The strip where St. Charles Avenue meets Girod Street in the Warehouse District recently has morphed into a small restaurant row. There's the high-profile anchor Herbsaint, a smaller, under-the-radar Italian restaurant, Cibugnu, and the latest addition: Marcello's Restaurant and Wine Bar. Located in the space formerly occupied by Le Chat Noir, the restaurant's decor of wine racks and bottles and black-and-white tiles help the space retain the jovial elegance associated with the cabaret. (The theater's art deco-style black cat tile work is still on the front doorstep.)

  The restaurant is divided into distinctive alcoves: a front dining room, perfect for watching passersby through tall picture windows; a glossy, dark-wood bar; and a cavernous rear dining space lined with racks of wine bottles. There's space to accommodate family celebrations and solo imbibers with equal grace. Service is attentive though a touch flighty, with occasional lagging wait times and vanishing staff making some meals feel oddly disjointed.

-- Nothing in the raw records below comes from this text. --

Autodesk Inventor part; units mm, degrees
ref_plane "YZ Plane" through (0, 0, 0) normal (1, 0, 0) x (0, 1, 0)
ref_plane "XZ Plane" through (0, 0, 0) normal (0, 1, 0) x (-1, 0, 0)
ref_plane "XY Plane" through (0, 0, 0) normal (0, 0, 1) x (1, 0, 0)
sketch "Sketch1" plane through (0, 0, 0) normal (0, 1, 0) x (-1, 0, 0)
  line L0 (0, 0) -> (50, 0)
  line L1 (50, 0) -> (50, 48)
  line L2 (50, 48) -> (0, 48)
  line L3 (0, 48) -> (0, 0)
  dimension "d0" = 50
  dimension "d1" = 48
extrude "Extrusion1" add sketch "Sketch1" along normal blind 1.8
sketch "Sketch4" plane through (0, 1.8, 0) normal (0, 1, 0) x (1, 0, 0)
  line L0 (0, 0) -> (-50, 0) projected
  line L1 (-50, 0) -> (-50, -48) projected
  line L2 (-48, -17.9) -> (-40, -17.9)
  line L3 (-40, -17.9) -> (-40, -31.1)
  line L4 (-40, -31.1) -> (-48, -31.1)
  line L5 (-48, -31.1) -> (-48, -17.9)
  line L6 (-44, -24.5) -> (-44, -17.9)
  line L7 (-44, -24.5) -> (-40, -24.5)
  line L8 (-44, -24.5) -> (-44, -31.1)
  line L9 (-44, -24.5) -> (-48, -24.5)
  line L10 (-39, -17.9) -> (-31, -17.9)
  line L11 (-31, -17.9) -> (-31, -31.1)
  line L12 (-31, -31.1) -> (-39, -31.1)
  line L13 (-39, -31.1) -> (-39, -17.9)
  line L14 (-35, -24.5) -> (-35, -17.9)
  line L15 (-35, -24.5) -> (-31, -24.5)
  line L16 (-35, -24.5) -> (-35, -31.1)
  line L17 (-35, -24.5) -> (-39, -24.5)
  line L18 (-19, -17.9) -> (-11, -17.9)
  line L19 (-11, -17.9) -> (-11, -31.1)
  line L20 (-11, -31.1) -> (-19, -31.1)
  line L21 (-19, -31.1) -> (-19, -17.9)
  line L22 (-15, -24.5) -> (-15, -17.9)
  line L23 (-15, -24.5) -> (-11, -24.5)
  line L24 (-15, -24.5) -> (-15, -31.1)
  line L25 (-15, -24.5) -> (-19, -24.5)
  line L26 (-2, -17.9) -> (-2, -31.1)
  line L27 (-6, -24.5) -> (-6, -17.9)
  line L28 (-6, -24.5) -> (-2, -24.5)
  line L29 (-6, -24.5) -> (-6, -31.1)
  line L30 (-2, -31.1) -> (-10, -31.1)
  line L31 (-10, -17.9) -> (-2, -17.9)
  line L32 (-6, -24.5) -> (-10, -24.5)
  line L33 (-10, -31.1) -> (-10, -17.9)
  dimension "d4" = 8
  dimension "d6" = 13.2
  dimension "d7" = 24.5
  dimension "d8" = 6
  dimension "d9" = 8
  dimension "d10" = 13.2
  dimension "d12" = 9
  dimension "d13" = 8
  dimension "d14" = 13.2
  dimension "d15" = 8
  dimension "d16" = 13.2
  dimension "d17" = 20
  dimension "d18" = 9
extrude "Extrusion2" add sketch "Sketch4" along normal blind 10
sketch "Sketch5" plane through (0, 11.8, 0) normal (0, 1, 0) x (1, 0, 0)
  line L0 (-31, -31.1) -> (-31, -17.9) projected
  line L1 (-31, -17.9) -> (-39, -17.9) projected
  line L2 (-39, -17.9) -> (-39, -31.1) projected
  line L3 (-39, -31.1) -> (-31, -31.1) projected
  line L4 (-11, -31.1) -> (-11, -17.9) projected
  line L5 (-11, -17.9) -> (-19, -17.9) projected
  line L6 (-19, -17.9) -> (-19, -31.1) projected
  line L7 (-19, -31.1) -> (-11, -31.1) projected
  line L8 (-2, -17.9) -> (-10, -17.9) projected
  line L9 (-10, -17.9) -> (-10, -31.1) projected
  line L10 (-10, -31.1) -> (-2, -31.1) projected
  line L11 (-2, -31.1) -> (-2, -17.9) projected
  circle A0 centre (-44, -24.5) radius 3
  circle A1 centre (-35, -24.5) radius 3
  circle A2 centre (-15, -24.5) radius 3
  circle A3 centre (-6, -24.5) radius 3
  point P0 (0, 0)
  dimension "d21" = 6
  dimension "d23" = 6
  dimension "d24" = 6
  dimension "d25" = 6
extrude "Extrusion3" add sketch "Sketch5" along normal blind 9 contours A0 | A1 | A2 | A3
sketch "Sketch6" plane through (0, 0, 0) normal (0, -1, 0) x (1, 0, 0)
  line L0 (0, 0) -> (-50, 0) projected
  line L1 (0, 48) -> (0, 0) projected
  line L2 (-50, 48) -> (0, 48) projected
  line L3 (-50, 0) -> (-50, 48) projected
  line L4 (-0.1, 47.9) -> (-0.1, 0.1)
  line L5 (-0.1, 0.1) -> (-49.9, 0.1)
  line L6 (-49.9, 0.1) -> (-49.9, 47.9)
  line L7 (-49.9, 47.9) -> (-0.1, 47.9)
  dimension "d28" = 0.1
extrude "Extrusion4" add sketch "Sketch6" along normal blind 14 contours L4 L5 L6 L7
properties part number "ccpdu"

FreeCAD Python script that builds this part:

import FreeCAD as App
import Part
import Sketcher

V = App.Vector
Q = App.Units.Quantity


def add_polygon(sketch, points):
    """Adds a closed chain of lines whose ends are joined by coincident constraints."""
    first, n = sketch.GeometryCount, len(points)
    for a, b in zip(points, points[1:] + points[:1]):
        sketch.addGeometry(Part.LineSegment(App.Vector(*a, 0), App.Vector(*b, 0)), False)
    for i in range(n):
        sketch.addConstraint(Sketcher.Constraint("Coincident", first + i, 2, first + (i + 1) % n, 1))

doc = App.newDocument("Part")
body = doc.addObject("PartDesign::Body", "Body")

sketch1 = body.newObject("Sketcher::SketchObject", "Sketch")
sketch1.AttachmentSupport = (doc.getObject("XZ_Plane"), [""])
sketch1.MapMode = "FlatFace"
add_polygon(sketch1, [(0, 48), (0, 0), (-50, 0), (-50, 48)])
sketch1.addConstraint([
    Sketcher.Constraint("Vertical", 0),
    Sketcher.Constraint("Horizontal", 1),
    Sketcher.Constraint("Vertical", 2),
    Sketcher.Constraint("Horizontal", 3),
    Sketcher.Constraint("Coincident", 0, 2, -1, 1),
    Sketcher.Constraint("DistanceX", 1, 2, 1, 1, Q("50 mm")),
    Sketcher.Constraint("DistanceY", 0, 2, 0, 1, Q("48 mm")),
])
pad1 = body.newObject("PartDesign::Pad", "Pad")
pad1.Profile = sketch1
pad1.Length = 1.8
pad1.Reversed = True

sketch2 = body.newObject("Sketcher::SketchObject", "Sketch001")
sketch2.AttachmentSupport = (doc.getObject("XZ_Plane"), [""])
sketch2.MapMode = "FlatFace"
sketch2.AttachmentOffset = App.Placement(V(0, 0, -1.8), App.Rotation())
add_polygon(sketch2, [(-48, 18), (-48, 31), (-40, 31), (-40, 18)])
add_polygon(sketch2, [(-39, 18), (-39, 31), (-31, 31), (-31, 18)])
add_polygon(sketch2, [(-19, 18), (-19, 31), (-11, 31), (-11, 18)])
add_polygon(sketch2, [(-2, 18), (-10, 18), (-10, 31), (-2, 31)])
sketch2.addConstraint([
    Sketcher.Constraint("Vertical", 0),
    Sketcher.Constraint("Horizontal", 1),
    Sketcher.Constraint("Vertical", 2),
    Sketcher.Constraint("Horizontal", 3),
    Sketcher.Constraint("Vertical", 4),
    Sketcher.Constraint("Horizontal", 5),
    Sketcher.Constraint("Vertical", 6),
    Sketcher.Constraint("Horizontal", 7),
    Sketcher.Constraint("Vertical", 8),
    Sketcher.Constraint("Horizontal", 9),
    Sketcher.Constraint("Vertical", 10),
    Sketcher.Constraint("Horizontal", 11),
    Sketcher.Constraint("Horizontal", 12),
    Sketcher.Constraint("Vertical", 13),
    Sketcher.Constraint("Horizontal", 14),
    Sketcher.Constraint("Vertical", 15),
    Sketcher.Constraint("Horizontal", 1, 2, 4, 2),
    Sketcher.Constraint("Horizontal", 3, 2, 6, 2),
    Sketcher.Constraint("Horizontal", 5, 2, 8, 2),
    Sketcher.Constraint("Horizontal", 7, 2, 10, 2),
    Sketcher.Constraint("Horizontal", 11, 2, 12, 2),
    Sketcher.Constraint("Horizontal", 9, 2, 13, 2),
    Sketcher.Constraint("Equal", 3, 5),
    Sketcher.Constraint("Equal", 7, 9),
    Sketcher.Constraint("Equal", 11, 12),
    Sketcher.Constraint("DistanceX", 1, 1, 1, 2, Q("8 mm")),
    Sketcher.Constraint("DistanceY", 0, 1, 0, 2, Q("13.2 mm")),
    Sketcher.Constraint("DistanceX", 0, 2, 4, 2, Q("9 mm")),
    Sketcher.Constraint("DistanceX", 4, 2, 8, 2, Q("20 mm")),
    Sketcher.Constraint("DistanceX", 11, 2, 12, 2, Q("9 mm")),
    Sketcher.Constraint("DistanceX", 0, 2, -1, 1, Q("48 mm")),
    Sketcher.Constraint("DistanceY", -1, 1, 0, 2, Q("31.1 mm")),
])
pad2 = body.newObject("PartDesign::Pad", "Pad001")
pad2.Profile = sketch2
pad2.Length = 10
pad2.Reversed = True

sketch3 = body.newObject("Sketcher::SketchObject", "Sketch002")
sketch3.AttachmentSupport = (doc.getObject("XZ_Plane"), [""])
sketch3.MapMode = "FlatFace"
sketch3.AttachmentOffset = App.Placement(V(0, 0, -11.8), App.Rotation())
sketch3.addGeometry([
    Part.Circle(V(-44, 24.5, 0), V(0, 0, 1), 3),
    Part.Circle(V(-35, 24.5, 0), V(0, 0, 1), 3),
    Part.Circle(V(-15, 24.5, 0), V(0, 0, 1), 3),
    Part.Circle(V(-6, 24.5, 0), V(0, 0, 1), 3),
], False)
sketch3.addConstraint([
    Sketcher.Constraint("Equal", 0, 1),
    Sketcher.Constraint("Equal", 1, 2),
    Sketcher.Constraint("Equal", 2, 3),
    Sketcher.Constraint("Horizontal", 0, 3, 1, 3),
    Sketcher.Constraint("Horizontal", 1, 3, 2, 3),
    Sketcher.Constraint("Horizontal", 2, 3, 3, 3),
    Sketcher.Constraint("Diameter", 0, Q("6 mm")),
    Sketcher.Constraint("DistanceX", 3, 3, -1, 1, Q("6 mm")),
    Sketcher.Constraint("DistanceX", 0, 3, -1, 1, Q("44 mm")),
    Sketcher.Constraint("DistanceX", 1, 3, -1, 1, Q("35 mm")),
    Sketcher.Constraint("DistanceX", 2, 3, -1, 1, Q("15 mm")),
    Sketcher.Constraint("DistanceY", -1, 1, 0, 3, Q("24.5 mm")),
])
pad3 = body.newObject("PartDesign::Pad", "Pad002")
pad3.Profile = sketch3
pad3.Length = 9
pad3.Reversed = True

sketch4 = body.newObject("Sketcher::SketchObject", "Sketch003")
sketch4.AttachmentSupport = (doc.getObject("XZ_Plane"), [""])
sketch4.MapMode = "FlatFace"
add_polygon(sketch4, [(0, 0), (0, 48), (-50, 48), (-50, 0)])
sketch4.addConstraint([
    Sketcher.Constraint("Vertical", 0),
    Sketcher.Constraint("Horizontal", 1),
    Sketcher.Constraint("Vertical", 2),
    Sketcher.Constraint("Horizontal", 3),
    Sketcher.Constraint("DistanceX", 0, 2, -1, 1, Q("0.1 mm")),
    Sketcher.Constraint("DistanceY", -1, 1, 2, 2, Q("0.1 mm")),
    Sketcher.Constraint("DistanceX", 1, 2, 1, 1, Q("49.8 mm")),
    Sketcher.Constraint("DistanceY", 0, 1, 0, 2, Q("47.8 mm")),
])
pad4 = body.newObject("PartDesign::Pad", "Pad003")
pad4.Profile = sketch4
pad4.Length = 14

doc.recompute()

  The restaurant's wine market is one of its more distinctive and impressive features. It allows diners to choose a bottle from the vast selection and enjoy it with their meal without typical restaurant markups. For oenophiles, it's a bacchanalian paradise. For those not interested in choosing between the Caymus Napa Valley and the Chateau Montelena cabernet sauvignons, there's a decent selection of beer and cocktails, and the clove-tinged, citrusy bitters of the housemade arancio speziato (spicy orange) Negroni make for a late summer refresher.

  In a city better known for Creole-Italian favorites than rustic Italian fare, Marcello's has little in common with New Orleans' sea of often hackneyed "red gravy" options. The menu is full of familiar Italian comfort food classics — eggplant caponata, veal scaloppine, calamari fritti — that are prepared in a way that reveals new layers of texture and flavor with each plate. The dishes are rustic and refined, particularly the smaller offerings and salads, which effectively balance the entrees' hearty surpluses of meat-and-starch with bits of crisp greenery.

  The crab and fennel salad is pricey at $19 but a delightful splurge. The crab alone makes the salad worth every penny, with a snowy white color and sea-fresh taste that is both sweet and briny. It's paired nicely with the salad's push and pull of bitter and supple, with fried capers providing an acidic burst against the juiciness of julienned apple and the fennel's licorice notes. The sea scallops are plump and tender with a perfect sear, nestled on top of crunchy arugula and punchy orange supremes. The mista salad, which can hold its own as a main dish or accompany an entree, is curiously colorful, topped with the kind of finely minced olive salad usually piled on muffulettas. The salad's eggplant croutons are a welcome, poppable treat, and could be a buy-in-bulk bagged snack.

  Entrees are a collection of rustic Italian favorites, arriving well portioned and generally well-seasoned if light on salt. The Marsala pork cheek dish is a robust introduction for those unfamiliar with this often overlooked cut of pig, which is slowly braised until fork-tender and has both a gelatinous shimmer and deep pork flavor. Marcello's chicken cacciatore easily could have come from an Italian grandmother's country kitchen, offering the kind of stick-to-your-ribs appeal that could induce homesickness.

  A bowl full of dreamily cooked pappardelle steals the show in a dish full of showstoppers — lightly crisped pancetta, charred Brussels sprouts — with ribbons of al dente pasta tossed in peppery Parmesan carbonara.

  Marcello's caters to the nearby suit-and-tie lunch crowd with a number of reasonably priced panini options at lunch. There's an Italian dip sandwich with wagyu beef and sinus-clearing horseradish aioli ($13) and the "after school special," which pairs a prosciutto-lined grilled cheese sandwich with a bowl of creamy tomato soup ($11).

  Marcello's is a top-notch option for old-school Italian fine dining, unafraid to set the standard for a sophisticated, loosen-your-belt meal.